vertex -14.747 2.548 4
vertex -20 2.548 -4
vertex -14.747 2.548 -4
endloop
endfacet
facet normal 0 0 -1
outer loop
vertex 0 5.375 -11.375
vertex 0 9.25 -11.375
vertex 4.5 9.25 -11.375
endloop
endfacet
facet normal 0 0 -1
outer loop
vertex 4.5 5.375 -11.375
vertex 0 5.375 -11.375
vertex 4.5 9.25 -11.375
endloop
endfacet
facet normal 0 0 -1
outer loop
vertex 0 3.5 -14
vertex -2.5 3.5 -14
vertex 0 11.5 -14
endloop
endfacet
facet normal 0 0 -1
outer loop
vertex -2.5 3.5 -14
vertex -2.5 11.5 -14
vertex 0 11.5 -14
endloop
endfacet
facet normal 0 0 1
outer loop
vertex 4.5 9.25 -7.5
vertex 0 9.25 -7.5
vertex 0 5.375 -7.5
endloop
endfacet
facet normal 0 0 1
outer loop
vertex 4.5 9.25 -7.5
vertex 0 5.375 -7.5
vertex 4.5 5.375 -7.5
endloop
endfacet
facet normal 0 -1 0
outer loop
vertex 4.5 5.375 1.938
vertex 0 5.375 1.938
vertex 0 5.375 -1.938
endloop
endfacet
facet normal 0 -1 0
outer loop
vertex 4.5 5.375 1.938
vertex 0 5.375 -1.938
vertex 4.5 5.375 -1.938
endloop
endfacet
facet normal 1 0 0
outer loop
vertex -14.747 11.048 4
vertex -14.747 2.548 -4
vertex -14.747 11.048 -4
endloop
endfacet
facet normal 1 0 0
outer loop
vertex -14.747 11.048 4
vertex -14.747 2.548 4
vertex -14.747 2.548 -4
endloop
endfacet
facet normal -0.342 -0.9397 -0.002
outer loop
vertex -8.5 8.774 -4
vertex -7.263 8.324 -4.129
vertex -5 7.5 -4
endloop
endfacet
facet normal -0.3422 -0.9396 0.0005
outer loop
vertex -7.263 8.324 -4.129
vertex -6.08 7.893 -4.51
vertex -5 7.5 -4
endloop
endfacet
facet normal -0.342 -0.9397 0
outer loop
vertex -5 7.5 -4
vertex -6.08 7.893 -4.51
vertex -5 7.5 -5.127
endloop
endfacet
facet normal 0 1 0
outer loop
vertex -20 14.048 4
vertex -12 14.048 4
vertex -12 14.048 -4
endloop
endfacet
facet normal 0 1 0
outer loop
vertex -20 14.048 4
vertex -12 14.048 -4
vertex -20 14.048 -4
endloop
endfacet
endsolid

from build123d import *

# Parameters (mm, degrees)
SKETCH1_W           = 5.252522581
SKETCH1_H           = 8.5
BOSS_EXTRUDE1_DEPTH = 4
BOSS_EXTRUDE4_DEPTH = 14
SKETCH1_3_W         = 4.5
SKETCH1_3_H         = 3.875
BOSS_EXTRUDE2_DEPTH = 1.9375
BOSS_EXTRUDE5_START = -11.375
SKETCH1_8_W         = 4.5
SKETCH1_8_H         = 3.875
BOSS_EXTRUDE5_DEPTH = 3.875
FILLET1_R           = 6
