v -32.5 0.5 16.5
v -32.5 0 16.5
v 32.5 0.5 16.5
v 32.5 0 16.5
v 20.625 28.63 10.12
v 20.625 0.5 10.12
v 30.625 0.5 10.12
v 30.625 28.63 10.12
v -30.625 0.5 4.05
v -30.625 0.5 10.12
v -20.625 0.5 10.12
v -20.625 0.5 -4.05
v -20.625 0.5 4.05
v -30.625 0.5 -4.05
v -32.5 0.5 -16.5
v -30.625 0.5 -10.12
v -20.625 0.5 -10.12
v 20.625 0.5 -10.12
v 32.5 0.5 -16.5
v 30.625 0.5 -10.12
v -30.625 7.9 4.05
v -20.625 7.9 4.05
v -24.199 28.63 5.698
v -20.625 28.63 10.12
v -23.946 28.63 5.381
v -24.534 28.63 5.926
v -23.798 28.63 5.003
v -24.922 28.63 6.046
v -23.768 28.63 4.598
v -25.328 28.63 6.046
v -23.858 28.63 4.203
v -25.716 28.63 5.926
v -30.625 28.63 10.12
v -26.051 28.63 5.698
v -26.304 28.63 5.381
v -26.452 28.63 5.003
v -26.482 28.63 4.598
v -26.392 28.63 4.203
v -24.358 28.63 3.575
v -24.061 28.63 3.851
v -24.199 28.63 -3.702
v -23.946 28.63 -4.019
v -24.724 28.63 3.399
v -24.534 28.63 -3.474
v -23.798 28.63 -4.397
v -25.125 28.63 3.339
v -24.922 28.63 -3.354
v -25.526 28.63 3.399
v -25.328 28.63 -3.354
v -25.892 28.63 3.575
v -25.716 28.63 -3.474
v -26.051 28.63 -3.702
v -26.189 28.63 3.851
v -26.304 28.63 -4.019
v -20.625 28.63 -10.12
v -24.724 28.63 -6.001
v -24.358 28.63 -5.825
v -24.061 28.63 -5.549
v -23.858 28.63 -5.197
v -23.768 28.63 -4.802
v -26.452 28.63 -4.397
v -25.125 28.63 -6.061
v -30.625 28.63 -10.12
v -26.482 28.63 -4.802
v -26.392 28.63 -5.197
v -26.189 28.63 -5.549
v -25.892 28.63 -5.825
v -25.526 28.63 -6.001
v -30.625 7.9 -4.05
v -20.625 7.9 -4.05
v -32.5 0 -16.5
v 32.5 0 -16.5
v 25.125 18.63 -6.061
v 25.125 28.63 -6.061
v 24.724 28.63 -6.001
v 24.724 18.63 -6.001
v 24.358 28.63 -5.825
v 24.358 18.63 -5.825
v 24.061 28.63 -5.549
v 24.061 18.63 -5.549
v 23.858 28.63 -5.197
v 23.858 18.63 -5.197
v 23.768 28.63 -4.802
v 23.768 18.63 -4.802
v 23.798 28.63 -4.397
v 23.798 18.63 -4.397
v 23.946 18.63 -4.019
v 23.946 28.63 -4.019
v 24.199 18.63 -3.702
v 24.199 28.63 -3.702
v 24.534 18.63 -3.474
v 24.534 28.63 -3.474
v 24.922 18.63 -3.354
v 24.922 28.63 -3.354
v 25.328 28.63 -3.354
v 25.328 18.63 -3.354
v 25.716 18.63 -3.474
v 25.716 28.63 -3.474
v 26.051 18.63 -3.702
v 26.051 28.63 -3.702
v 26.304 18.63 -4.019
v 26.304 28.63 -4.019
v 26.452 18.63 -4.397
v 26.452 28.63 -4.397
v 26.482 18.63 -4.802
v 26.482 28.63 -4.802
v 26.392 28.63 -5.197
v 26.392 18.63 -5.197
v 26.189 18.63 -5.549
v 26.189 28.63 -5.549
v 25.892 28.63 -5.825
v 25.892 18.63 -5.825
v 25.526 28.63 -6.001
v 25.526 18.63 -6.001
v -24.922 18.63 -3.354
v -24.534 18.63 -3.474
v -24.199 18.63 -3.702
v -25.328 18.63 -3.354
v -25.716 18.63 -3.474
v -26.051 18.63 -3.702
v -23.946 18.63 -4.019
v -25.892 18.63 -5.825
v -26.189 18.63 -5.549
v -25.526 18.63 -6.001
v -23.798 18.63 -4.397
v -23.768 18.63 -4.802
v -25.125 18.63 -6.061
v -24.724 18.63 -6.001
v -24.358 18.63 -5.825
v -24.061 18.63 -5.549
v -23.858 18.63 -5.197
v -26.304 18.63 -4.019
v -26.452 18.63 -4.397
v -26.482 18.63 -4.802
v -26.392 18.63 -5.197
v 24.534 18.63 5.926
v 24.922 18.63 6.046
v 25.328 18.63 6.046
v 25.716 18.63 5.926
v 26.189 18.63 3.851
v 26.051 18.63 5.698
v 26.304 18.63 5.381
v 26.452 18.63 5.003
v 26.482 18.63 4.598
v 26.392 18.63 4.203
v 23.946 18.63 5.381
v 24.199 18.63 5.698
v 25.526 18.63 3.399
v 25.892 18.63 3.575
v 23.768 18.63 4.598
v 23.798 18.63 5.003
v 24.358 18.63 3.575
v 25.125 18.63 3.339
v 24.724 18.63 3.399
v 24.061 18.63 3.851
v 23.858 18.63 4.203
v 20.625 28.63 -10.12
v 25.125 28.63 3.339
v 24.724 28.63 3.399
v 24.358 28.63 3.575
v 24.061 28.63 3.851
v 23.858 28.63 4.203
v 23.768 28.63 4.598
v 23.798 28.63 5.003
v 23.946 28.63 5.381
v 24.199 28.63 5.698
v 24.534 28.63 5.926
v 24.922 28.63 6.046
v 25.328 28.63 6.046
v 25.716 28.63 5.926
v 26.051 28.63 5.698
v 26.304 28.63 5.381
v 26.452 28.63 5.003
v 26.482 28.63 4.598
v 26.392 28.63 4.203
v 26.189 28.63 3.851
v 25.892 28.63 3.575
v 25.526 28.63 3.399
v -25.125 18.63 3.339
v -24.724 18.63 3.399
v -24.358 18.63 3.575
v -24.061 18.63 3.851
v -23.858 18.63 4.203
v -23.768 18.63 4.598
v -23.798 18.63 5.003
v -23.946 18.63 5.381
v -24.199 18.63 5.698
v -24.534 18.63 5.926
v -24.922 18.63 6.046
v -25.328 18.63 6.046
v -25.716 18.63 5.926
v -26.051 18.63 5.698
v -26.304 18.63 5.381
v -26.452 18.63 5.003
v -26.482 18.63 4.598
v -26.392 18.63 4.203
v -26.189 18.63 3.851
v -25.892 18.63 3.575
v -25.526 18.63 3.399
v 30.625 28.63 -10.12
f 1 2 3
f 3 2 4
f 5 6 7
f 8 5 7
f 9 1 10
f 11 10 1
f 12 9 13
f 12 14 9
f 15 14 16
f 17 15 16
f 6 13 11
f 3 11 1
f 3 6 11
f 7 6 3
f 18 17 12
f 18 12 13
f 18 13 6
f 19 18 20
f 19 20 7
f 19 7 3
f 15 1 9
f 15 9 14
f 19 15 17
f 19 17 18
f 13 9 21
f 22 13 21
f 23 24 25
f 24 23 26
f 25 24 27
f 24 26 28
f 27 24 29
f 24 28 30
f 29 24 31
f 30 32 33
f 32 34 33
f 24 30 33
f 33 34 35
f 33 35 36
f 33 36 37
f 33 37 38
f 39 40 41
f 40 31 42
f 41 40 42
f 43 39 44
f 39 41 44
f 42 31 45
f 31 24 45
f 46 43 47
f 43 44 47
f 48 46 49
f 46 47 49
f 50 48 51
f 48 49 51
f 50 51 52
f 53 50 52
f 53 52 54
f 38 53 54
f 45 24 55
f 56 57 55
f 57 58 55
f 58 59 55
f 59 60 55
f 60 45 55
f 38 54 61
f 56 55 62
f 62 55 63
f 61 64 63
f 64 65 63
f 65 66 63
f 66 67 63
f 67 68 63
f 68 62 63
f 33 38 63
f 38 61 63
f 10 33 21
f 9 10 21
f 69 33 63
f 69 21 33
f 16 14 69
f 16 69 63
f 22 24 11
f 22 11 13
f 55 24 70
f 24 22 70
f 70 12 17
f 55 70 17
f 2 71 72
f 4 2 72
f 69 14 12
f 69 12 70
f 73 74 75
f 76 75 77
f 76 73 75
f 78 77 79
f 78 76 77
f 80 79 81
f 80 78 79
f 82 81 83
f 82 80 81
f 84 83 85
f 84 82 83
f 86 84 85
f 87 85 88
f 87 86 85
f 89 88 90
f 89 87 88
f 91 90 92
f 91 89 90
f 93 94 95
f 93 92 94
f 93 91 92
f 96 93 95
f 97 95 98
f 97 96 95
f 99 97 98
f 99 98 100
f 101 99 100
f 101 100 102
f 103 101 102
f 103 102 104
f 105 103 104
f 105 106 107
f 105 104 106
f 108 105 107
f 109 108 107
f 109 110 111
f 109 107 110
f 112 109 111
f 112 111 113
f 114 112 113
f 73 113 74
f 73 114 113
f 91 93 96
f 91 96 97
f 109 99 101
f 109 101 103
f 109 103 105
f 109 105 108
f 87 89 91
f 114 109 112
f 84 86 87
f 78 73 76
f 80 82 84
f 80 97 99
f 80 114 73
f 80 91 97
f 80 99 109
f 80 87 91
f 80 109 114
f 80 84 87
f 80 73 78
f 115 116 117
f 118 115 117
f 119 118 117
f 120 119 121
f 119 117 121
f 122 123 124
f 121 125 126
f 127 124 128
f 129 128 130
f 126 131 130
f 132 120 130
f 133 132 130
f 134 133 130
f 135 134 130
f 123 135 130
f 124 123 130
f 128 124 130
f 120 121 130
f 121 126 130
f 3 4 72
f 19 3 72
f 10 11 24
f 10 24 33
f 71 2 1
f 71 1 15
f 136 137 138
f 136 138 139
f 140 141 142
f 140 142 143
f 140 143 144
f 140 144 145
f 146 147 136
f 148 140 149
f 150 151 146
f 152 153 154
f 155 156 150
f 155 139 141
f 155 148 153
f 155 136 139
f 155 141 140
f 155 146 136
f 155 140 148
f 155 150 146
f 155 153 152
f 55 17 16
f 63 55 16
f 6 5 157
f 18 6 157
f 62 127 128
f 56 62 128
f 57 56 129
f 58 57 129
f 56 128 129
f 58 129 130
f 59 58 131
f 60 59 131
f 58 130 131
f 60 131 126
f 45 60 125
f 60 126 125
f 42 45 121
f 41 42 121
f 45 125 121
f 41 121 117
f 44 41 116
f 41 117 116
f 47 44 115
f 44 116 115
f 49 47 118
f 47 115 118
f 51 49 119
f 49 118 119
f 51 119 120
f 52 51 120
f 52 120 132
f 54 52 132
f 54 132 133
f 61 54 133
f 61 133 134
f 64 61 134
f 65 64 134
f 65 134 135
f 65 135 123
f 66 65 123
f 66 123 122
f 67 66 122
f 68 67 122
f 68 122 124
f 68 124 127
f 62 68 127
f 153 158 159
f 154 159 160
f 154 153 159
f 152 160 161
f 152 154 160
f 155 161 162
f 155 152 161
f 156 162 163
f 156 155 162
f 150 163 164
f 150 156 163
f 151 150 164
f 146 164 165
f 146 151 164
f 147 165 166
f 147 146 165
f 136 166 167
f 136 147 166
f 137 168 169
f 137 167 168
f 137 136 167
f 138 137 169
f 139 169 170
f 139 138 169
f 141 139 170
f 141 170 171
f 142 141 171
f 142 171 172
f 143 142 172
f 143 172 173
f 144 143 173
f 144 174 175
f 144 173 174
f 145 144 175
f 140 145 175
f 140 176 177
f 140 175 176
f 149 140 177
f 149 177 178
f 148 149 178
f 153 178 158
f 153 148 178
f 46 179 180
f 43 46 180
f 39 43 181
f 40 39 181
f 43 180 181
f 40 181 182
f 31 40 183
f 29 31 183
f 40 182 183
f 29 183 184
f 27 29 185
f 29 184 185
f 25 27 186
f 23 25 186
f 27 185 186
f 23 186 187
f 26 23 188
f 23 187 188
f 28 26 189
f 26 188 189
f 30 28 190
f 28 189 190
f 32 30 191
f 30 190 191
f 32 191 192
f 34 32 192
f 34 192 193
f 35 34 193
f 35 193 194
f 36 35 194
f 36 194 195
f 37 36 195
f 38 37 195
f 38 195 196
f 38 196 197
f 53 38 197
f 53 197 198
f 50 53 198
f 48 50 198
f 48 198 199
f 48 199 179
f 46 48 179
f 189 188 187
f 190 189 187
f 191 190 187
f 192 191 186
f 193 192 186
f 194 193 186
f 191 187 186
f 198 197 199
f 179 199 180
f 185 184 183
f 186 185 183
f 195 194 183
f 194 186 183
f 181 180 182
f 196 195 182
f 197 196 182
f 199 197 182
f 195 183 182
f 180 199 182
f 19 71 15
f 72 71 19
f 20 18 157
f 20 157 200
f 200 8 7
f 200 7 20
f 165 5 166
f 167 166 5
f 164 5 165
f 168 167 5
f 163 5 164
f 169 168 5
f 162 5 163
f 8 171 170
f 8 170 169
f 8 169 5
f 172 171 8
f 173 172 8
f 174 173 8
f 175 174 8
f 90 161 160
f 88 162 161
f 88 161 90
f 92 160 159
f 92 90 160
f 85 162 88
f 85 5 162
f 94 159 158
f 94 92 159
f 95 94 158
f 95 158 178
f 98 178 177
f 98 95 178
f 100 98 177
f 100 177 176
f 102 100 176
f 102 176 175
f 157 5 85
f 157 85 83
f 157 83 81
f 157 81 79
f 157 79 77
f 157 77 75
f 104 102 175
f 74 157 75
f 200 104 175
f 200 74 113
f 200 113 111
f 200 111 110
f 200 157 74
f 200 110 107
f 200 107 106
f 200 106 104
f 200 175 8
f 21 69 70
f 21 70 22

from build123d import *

# Parameters (mm, degrees)
SKETCH1_W           = 65
SKETCH1_H           = 33
BOSS_EXTRUDE1_DEPTH = 0.5
SKETCH2_W           = 10
SKETCH2_H           = 20.24
BOSS_EXTRUDE2_DEPTH = 28.13
CUT_EXTRUDE1_START  = -10
SKETCH3_R           = 1.361077795
CUT_EXTRUDE1_DEPTH  = 57.348429315
CUT_EXTRUDE2_REACH  = 73.251
SKETCH4_W           = 8.1
SKETCH4_H           = 7.4


with BuildPart() as part:
    # Sketch1 → Boss-Extrude1 (new body)
    with BuildSketch(Plane(origin=(0, 0, 0), x_dir=(1, 0, 0), z_dir=(0, 1, 0))):
        Rectangle(SKETCH1_W, SKETCH1_H)
    extrude(amount=BOSS_EXTRUDE1_DEPTH)

    # Sketch2 → Boss-Extrude2 (add)
    with BuildSketch(Plane(origin=(0, 0.5, 0), x_dir=(1, 0, 0), z_dir=(0, 1, 0))):
        with Locations((25.625, 0)):
            Rectangle(SKETCH2_W, SKETCH2_H)
    boss_extrude2 = extrude(amount=BOSS_EXTRUDE2_DEPTH)

    # Sketch3 → Cut-Extrude1 (cut)
    with BuildSketch(Plane(origin=(0, 28.63, 0), x_dir=(1, 0, 0), z_dir=(0, 1, 0)).offset(CUT_EXTRUDE1_START)):
        with Locations(Location((25.125, 4.7, 0), (0, 0, 90))):
            Circle(SKETCH3_R)
        with Locations(Location((25.125, -4.7, 0), (0, 0, 90))):
            Circle(SKETCH3_R)
    cut_extrude1 = extrude(amount=CUT_EXTRUDE1_DEPTH, mode=Mode.SUBTRACT)

    # Mirror3: Boss-Extrude2, Cut-Extrude1 across plane
    add(boss_extrude2.mirror(Plane(origin=(0, 0, 0), x_dir=(0, 0, 1), z_dir=(1, 0, 0))))
    add(cut_extrude1.mirror(Plane(origin=(0, 0, 0), x_dir=(0, 0, 1), z_dir=(1, 0, 0))), mode=Mode.SUBTRACT)

    # Sketch4 → Cut-Extrude2 (cut, up to next)
    with BuildSketch(Plane.ZY.offset(30.625), mode=Mode.PRIVATE) as cut_extrude2_sk1:
        with Locations((0, 4.2)):
            Rectangle(SKETCH4_W, SKETCH4_H)
    cut_extrude2_tool1 = extrude(cut_extrude2_sk1.sketch, amount=-CUT_EXTRUDE2_REACH, mode=Mode.PRIVATE) & part.part
    add(cut_extrude2_tool1.solids().sort_by_distance((-30.625, 4.2, 0))[0], mode=Mode.SUBTRACT)


solid = part.part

About this exercise >> Print the listing above from its first line through the line with "v -30.625 0.5 10.12", and stop there.

Solution to the problem >>
vertex -14.747 2.548 4
vertex -20 2.548 -4
vertex -14.747 2.548 -4
endloop
endfacet
facet normal 0 0 -1
outer loop
vertex 0 5.375 -11.375
vertex 0 9.25 -11.375
vertex 4.5 9.25 -11.375
endloop
endfacet
facet normal 0 0 -1
outer loop
vertex 4.5 5.375 -11.375
vertex 0 5.375 -11.375
vertex 4.5 9.25 -11.375
endloop
endfacet
facet normal 0 0 -1
outer loop
vertex 0 3.5 -14
vertex -2.5 3.5 -14
vertex 0 11.5 -14
endloop
endfacet
facet normal 0 0 -1
outer loop
vertex -2.5 3.5 -14
vertex -2.5 11.5 -14
vertex 0 11.5 -14
endloop
endfacet
facet normal 0 0 1
outer loop
vertex 4.5 9.25 -7.5
vertex 0 9.25 -7.5
vertex 0 5.375 -7.5
endloop
endfacet
facet normal 0 0 1
outer loop
vertex 4.5 9.25 -7.5
vertex 0 5.375 -7.5
vertex 4.5 5.375 -7.5
endloop
endfacet
facet normal 0 -1 0
outer loop
vertex 4.5 5.375 1.938
vertex 0 5.375 1.938
vertex 0 5.375 -1.938
endloop
endfacet
facet normal 0 -1 0
outer loop
vertex 4.5 5.375 1.938
vertex 0 5.375 -1.938
vertex 4.5 5.375 -1.938
endloop
endfacet
facet normal 1 0 0
outer loop
vertex -14.747 11.048 4
vertex -14.747 2.548 -4
vertex -14.747 11.048 -4
endloop
endfacet
facet normal 1 0 0
outer loop
vertex -14.747 11.048 4
vertex -14.747 2.548 4
vertex -14.747 2.548 -4
endloop
endfacet
facet normal -0.342 -0.9397 -0.002
outer loop
vertex -8.5 8.774 -4
vertex -7.263 8.324 -4.129
vertex -5 7.5 -4
endloop
endfacet
facet normal -0.3422 -0.9396 0.0005
outer loop
vertex -7.263 8.324 -4.129
vertex -6.08 7.893 -4.51
vertex -5 7.5 -4
endloop
endfacet
facet normal -0.342 -0.9397 0
outer loop
vertex -5 7.5 -4
vertex -6.08 7.893 -4.51
vertex -5 7.5 -5.127
endloop
endfacet
facet normal 0 1 0
outer loop
vertex -20 14.048 4
vertex -12 14.048 4
vertex -12 14.048 -4
endloop
endfacet
facet normal 0 1 0
outer loop
vertex -20 14.048 4
vertex -12 14.048 -4
vertex -20 14.048 -4
endloop
endfacet
endsolid

from build123d import *

# Parameters (mm, degrees)
SKETCH1_W           = 5.252522581
SKETCH1_H           = 8.5
BOSS_EXTRUDE1_DEPTH = 4
BOSS_EXTRUDE4_DEPTH = 14
SKETCH1_3_W         = 4.5
SKETCH1_3_H         = 3.875
BOSS_EXTRUDE2_DEPTH = 1.9375
BOSS_EXTRUDE5_START = -11.375
SKETCH1_8_W         = 4.5
SKETCH1_8_H         = 3.875
BOSS_EXTRUDE5_DEPTH = 3.875
FILLET1_R           = 6
v -32.5 0.5 16.5
v -32.5 0 16.5
v 32.5 0.5 16.5
v 32.5 0 16.5
v 20.625 28.63 10.12
v 20.625 0.5 10.12
v 30.625 0.5 10.12
v 30.625 28.63 10.12
v -30.625 0.5 4.05
v -30.625 0.5 10.12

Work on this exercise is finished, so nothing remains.